Exercise description:
Output each line of the data word for word, from the first through the line that holds "Line((0.993899294, 1.123460811), (1.656498823, 1.872434685))", and leave off whatever follows.

Supplied records:
....................

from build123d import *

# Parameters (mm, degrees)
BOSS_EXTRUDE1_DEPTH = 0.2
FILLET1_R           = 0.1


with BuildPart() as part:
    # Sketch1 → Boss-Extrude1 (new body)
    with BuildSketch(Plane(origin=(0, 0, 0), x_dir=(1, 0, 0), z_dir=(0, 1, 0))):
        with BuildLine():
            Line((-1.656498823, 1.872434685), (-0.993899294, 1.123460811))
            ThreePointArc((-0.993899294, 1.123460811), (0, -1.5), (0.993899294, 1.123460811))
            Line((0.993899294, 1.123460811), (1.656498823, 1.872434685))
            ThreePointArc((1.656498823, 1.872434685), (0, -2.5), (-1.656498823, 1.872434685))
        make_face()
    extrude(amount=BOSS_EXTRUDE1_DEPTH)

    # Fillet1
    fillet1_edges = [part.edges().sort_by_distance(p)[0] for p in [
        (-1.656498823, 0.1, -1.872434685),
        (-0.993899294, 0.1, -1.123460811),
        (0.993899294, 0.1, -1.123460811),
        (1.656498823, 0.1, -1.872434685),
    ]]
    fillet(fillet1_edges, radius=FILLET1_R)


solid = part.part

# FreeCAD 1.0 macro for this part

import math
import FreeCAD as App
import Part
import Sketcher

V = App.Vector
Q = App.Units.Quantity


def edges_at(feature, points):
    """Names of the edges that pass closest to the given points."""
    edges = feature.Shape.Edges
    near = lambda p: min(range(len(edges)), key=lambda i: edges[i].distToShape(Part.Vertex(*p))[0])
    return sorted({f"Edge{near(p) + 1}" for p in points})

doc = App.newDocument("Part")
body = doc.addObject("PartDesign::Body", "Body")

sketch1 = body.newObject("Sketcher::SketchObject", "Sketch")
sketch1.AttachmentSupport = (doc.getObject("XZ_Plane"), [""])
sketch1.MapMode = "FlatFace"
sketch1.addGeometry(Part.LineSegment(V(-1, -1.1, 0), V(-1.7, -1.9, 0)), False)
sketch1.addGeometry(Part.ArcOfCircle(Part.Circle(V(0, 0, 0), V(0, 0, 1), 2.5), math.radians(-49), math.radians(229)), False)
sketch1.addGeometry(Part.LineSegment(V(1.7, -1.9, 0), V(1, -1.1, 0)), False)
sketch1.addGeometry(Part.ArcOfCircle(Part.Circle(V(0, 0, 0), V(0, 0, 1), 1.5), math.radians(-49), math.radians(229)), False)
sketch1.addConstraint(Sketcher.Constraint("Coincident", 0, 2, 1, 2))
sketch1.addConstraint(Sketcher.Constraint("Coincident", 1, 1, 2, 1))
sketch1.addConstraint(Sketcher.Constraint("Coincident", 2, 2, 3, 1))
sketch1.addConstraint(Sketcher.Constraint("Coincident", 3, 2, 0, 1))
sketch1.addConstraint(Sketcher.Constraint("Coincident", 1, 3, -1, 1))
sketch1.addConstraint(Sketcher.Constraint("Coincident", 3, 3, -1, 1))
sketch1.addConstraint(Sketcher.Constraint("Horizontal", 0, 2, 1, 1))
sketch1.addConstraint(Sketcher.Constraint("Horizontal", 2, 2, 3, 2))
sketch1.addConstraint(Sketcher.Constraint("Radius", 1, Q("2.5 mm")))
sketch1.addConstraint(Sketcher.Constraint("Radius", 3, Q("1.5 mm")))
sketch1.addConstraint(Sketcher.Constraint("DistanceX", 0, 2, -1, 1, Q("1.656499 mm")))
sketch1.addConstraint(Sketcher.Constraint("DistanceX", -1, 1, 2, 2, Q("0.993899 mm")))
pad1 = body.newObject("PartDesign::Pad", "Pad")
pad1.Profile = sketch1
pad1.Length = 0.2
pad1.Reversed = True
doc.recompute()

fillet = body.newObject("PartDesign::Fillet", "Fillet")
fillet.Base = (pad1, edges_at(pad1, [
    (-1.656, 0.1, -1.872),
    (-0.994, 0.1, -1.123),
    (0.994, 0.1, -1.123),
    (1.656, 0.1, -1.872),
]))
fillet.Radius = 0.1

doc.recompute()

....................

Response to this task:
from build123d import *

# Parameters (mm, degrees)
BOSS_EXTRUDE1_DEPTH = 0.2
FILLET1_R           = 0.1


with BuildPart() as part:
    # Sketch1 → Boss-Extrude1 (new body)
    with BuildSketch(Plane(origin=(0, 0, 0), x_dir=(1, 0, 0), z_dir=(0, 1, 0))):
        with BuildLine():
            Line((-1.656498823, 1.872434685), (-0.993899294, 1.123460811))
            ThreePointArc((-0.993899294, 1.123460811), (0, -1.5), (0.993899294, 1.123460811))
            Line((0.993899294, 1.123460811), (1.656498823, 1.872434685))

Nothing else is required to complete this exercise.